■ Try it:
The lines from the start of the data through the line containing "f 62 714 64" are to be reproduced exactly, both ends included.

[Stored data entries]
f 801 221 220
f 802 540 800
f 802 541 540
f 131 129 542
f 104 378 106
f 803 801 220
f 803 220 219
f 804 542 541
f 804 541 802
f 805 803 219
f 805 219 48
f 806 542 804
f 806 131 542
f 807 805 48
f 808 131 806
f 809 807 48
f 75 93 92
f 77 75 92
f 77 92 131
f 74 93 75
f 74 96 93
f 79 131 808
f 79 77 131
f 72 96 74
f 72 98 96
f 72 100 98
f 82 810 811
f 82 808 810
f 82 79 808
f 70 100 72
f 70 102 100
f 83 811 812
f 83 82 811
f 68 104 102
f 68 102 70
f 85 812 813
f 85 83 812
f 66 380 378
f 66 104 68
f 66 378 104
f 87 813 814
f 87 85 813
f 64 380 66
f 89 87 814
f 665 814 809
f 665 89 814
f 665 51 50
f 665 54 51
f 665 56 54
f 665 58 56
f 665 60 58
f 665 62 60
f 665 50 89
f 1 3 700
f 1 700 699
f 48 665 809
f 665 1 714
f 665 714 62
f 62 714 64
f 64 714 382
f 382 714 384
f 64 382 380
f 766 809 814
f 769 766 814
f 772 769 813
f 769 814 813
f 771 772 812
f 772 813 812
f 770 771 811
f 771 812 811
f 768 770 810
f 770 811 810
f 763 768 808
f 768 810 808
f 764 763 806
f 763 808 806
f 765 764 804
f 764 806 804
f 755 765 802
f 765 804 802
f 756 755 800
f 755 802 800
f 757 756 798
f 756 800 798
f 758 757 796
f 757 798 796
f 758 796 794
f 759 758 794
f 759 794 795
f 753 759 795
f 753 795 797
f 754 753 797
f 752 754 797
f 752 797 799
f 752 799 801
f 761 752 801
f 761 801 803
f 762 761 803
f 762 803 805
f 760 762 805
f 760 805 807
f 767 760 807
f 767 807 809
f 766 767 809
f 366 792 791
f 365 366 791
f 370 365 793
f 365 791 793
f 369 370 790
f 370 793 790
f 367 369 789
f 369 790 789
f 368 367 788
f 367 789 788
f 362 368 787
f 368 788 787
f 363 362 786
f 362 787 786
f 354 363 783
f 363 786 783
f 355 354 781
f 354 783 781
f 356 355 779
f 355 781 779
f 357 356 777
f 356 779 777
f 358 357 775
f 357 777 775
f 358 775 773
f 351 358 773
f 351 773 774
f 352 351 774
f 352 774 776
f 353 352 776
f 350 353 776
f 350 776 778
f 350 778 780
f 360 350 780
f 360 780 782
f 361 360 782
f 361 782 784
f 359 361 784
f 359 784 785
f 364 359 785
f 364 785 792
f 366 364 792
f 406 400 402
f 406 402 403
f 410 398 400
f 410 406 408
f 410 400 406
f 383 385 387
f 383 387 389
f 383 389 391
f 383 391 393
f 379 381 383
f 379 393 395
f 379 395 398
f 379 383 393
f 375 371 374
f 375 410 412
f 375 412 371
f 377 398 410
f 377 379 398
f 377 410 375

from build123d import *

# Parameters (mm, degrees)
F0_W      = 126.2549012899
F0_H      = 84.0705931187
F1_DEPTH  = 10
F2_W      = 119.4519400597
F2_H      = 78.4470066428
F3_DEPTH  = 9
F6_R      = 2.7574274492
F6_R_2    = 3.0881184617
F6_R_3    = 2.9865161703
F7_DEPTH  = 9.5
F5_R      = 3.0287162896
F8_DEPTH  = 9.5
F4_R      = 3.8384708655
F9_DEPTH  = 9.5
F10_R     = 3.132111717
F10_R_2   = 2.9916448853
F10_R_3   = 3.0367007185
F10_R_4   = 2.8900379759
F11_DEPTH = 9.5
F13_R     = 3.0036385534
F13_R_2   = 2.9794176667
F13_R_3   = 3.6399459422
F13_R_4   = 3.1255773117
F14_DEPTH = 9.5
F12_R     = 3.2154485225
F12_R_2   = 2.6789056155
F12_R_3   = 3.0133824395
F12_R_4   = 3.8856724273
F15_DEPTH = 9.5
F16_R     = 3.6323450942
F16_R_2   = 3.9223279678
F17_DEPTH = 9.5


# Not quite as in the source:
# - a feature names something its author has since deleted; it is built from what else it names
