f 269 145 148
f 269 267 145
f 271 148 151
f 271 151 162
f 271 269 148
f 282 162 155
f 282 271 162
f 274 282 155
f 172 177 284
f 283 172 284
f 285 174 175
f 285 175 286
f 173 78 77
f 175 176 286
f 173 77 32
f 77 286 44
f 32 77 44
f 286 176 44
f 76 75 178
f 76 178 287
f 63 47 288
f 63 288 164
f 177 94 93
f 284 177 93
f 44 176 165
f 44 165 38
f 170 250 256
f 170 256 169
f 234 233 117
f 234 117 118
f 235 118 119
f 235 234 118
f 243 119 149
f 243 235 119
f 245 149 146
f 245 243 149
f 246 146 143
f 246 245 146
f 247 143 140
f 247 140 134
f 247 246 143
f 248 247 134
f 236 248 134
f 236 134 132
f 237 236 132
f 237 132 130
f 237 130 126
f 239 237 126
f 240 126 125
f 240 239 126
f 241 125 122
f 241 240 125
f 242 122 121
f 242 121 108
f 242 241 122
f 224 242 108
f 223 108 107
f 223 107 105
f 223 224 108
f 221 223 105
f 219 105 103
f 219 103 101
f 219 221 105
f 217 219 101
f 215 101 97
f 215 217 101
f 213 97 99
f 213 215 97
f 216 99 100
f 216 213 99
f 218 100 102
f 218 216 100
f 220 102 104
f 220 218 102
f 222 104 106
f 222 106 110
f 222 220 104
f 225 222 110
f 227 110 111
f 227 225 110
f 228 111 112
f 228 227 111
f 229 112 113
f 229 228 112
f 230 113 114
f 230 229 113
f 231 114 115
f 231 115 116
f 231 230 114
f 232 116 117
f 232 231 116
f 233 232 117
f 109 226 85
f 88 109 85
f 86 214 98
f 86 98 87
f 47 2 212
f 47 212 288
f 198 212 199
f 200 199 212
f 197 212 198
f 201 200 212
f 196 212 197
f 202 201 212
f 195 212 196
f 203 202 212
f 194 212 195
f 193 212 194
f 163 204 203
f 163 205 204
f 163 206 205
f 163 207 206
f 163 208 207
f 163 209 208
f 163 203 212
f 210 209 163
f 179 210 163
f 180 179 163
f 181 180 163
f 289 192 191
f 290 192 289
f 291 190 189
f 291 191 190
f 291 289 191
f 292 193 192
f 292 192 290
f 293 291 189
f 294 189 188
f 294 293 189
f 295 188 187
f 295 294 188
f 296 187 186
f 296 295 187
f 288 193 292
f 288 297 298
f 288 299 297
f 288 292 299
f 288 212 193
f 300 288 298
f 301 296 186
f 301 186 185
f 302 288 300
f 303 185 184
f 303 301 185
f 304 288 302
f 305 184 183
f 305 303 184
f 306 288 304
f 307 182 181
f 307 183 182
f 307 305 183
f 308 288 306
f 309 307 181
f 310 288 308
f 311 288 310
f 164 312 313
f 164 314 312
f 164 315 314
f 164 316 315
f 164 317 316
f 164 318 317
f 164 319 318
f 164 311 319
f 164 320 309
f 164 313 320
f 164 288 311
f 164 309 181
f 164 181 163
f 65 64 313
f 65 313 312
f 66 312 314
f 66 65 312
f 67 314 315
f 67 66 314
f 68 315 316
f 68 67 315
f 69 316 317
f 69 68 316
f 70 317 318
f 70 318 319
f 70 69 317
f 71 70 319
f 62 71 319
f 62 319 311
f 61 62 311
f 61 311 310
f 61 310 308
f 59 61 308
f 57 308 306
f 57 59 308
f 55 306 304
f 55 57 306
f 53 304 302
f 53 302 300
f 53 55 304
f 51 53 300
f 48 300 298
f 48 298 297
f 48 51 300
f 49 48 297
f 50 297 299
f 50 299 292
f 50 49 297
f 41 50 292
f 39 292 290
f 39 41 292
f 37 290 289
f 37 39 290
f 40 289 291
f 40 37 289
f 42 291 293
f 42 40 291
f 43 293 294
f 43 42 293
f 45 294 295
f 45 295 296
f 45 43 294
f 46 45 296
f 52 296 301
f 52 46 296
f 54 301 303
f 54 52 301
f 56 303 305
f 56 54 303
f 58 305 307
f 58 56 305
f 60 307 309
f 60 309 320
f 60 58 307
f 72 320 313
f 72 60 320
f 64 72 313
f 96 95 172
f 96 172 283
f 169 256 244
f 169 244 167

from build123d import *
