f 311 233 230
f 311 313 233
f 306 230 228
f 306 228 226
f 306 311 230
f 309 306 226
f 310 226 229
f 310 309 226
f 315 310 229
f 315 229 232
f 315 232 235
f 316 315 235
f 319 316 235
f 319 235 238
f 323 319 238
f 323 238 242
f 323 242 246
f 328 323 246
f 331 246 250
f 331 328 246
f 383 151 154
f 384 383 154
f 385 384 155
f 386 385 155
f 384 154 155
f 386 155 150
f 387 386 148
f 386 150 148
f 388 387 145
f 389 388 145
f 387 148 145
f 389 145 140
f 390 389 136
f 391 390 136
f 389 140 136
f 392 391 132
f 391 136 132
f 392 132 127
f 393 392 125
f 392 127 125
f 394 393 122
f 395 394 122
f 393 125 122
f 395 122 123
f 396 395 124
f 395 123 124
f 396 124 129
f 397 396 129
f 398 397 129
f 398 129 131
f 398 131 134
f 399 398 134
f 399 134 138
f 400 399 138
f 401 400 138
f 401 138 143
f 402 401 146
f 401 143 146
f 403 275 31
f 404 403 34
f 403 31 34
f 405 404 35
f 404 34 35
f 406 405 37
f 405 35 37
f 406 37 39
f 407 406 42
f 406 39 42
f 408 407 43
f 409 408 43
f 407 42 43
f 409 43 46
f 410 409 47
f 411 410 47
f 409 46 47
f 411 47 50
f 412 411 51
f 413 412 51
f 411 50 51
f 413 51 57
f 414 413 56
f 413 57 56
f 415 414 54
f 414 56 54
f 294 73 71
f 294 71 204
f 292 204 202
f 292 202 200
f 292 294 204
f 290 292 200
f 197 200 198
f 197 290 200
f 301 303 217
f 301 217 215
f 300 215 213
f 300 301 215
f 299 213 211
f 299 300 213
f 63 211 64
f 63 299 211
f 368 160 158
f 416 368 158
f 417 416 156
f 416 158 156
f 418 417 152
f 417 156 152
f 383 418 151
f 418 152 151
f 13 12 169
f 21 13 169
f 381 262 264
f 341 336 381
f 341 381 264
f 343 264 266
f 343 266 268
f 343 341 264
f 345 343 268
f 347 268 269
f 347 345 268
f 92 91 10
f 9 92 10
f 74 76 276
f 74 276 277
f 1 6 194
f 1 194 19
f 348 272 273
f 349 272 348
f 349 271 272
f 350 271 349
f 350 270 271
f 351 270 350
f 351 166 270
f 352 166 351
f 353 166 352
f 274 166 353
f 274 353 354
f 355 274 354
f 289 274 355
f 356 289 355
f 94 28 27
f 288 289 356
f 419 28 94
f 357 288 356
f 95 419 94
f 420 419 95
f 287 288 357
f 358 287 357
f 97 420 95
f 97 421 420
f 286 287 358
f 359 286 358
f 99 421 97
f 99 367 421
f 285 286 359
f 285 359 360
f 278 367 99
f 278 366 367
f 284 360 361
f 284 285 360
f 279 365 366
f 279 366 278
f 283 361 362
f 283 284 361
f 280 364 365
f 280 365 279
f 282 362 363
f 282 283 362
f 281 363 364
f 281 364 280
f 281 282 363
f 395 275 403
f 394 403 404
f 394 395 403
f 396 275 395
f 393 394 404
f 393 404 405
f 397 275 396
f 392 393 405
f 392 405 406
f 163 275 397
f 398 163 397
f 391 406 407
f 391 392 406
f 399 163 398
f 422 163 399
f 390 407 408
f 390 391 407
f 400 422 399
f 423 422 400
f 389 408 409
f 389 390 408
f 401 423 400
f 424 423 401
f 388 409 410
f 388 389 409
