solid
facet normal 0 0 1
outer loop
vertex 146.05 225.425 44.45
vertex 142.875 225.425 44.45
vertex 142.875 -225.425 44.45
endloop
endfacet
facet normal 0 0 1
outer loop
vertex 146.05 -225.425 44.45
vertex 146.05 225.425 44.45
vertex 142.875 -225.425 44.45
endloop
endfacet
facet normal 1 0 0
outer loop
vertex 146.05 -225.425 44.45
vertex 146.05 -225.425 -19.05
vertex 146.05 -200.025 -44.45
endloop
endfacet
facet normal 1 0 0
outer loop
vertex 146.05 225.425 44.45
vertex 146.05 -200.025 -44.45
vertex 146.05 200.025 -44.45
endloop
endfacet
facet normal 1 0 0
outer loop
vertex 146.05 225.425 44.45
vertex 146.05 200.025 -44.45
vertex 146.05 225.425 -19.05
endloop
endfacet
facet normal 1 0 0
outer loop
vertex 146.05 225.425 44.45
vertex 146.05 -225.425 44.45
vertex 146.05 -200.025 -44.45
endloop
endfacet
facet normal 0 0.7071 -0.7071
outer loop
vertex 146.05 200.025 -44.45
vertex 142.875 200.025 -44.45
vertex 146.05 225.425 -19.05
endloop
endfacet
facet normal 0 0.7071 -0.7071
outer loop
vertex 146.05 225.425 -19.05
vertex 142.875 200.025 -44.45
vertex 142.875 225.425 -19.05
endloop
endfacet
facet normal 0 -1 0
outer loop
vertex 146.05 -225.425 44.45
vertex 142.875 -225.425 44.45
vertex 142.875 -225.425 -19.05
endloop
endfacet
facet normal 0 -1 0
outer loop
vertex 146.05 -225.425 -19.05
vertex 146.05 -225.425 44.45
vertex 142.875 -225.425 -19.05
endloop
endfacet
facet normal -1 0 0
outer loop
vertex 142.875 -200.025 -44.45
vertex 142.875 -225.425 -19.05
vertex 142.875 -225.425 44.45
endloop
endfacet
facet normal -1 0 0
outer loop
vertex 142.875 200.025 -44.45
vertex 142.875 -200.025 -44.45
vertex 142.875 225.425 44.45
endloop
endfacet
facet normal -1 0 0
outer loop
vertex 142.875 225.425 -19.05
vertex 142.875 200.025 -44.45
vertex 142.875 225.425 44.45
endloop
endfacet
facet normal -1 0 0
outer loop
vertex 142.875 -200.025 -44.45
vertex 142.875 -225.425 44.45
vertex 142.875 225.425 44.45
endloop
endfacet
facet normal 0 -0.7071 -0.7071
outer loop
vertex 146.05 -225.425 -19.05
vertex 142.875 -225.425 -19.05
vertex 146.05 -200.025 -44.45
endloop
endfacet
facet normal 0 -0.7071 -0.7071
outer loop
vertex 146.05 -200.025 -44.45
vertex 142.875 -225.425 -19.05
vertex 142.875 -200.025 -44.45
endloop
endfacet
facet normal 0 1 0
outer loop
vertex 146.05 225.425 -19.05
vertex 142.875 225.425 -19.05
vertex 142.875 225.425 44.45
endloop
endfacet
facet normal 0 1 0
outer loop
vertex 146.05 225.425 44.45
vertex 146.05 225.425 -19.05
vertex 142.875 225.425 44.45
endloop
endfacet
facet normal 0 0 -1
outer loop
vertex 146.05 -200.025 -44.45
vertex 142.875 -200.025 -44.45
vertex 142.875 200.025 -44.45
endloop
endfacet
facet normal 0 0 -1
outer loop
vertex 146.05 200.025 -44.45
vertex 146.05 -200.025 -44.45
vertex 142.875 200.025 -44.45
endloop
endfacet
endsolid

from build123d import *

# Parameters (mm, degrees)
F2_DEPTH = 3.175


with BuildPart() as f2:
    # F1 (on offset) → F2 (new body)
    with BuildSketch(Plane.YZ.offset(142.875)):
        Polygon((225.425, -19.05), (225.425, 44.45), (-225.425, 44.45), (-225.425, -19.05), (-200.025, -44.45), (200.025, -44.45), align=None)
    extrude(amount=F2_DEPTH)


solid = f2.part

■ Response:
f 801 221 220
f 802 540 800
f 802 541 540
f 131 129 542
f 104 378 106
f 803 801 220
f 803 220 219
f 804 542 541
f 804 541 802
f 805 803 219
f 805 219 48
f 806 542 804
f 806 131 542
f 807 805 48
f 808 131 806
f 809 807 48
f 75 93 92
f 77 75 92
f 77 92 131
f 74 93 75
f 74 96 93
f 79 131 808
f 79 77 131
f 72 96 74
f 72 98 96
f 72 100 98
f 82 810 811
f 82 808 810
f 82 79 808
f 70 100 72
f 70 102 100
f 83 811 812
f 83 82 811
f 68 104 102
f 68 102 70
f 85 812 813
f 85 83 812
f 66 380 378
f 66 104 68
f 66 378 104
f 87 813 814
f 87 85 813
f 64 380 66
f 89 87 814
f 665 814 809
f 665 89 814
f 665 51 50
f 665 54 51
f 665 56 54
f 665 58 56
f 665 60 58
f 665 62 60
f 665 50 89
f 1 3 700
f 1 700 699
f 48 665 809
f 665 1 714
f 665 714 62
f 62 714 64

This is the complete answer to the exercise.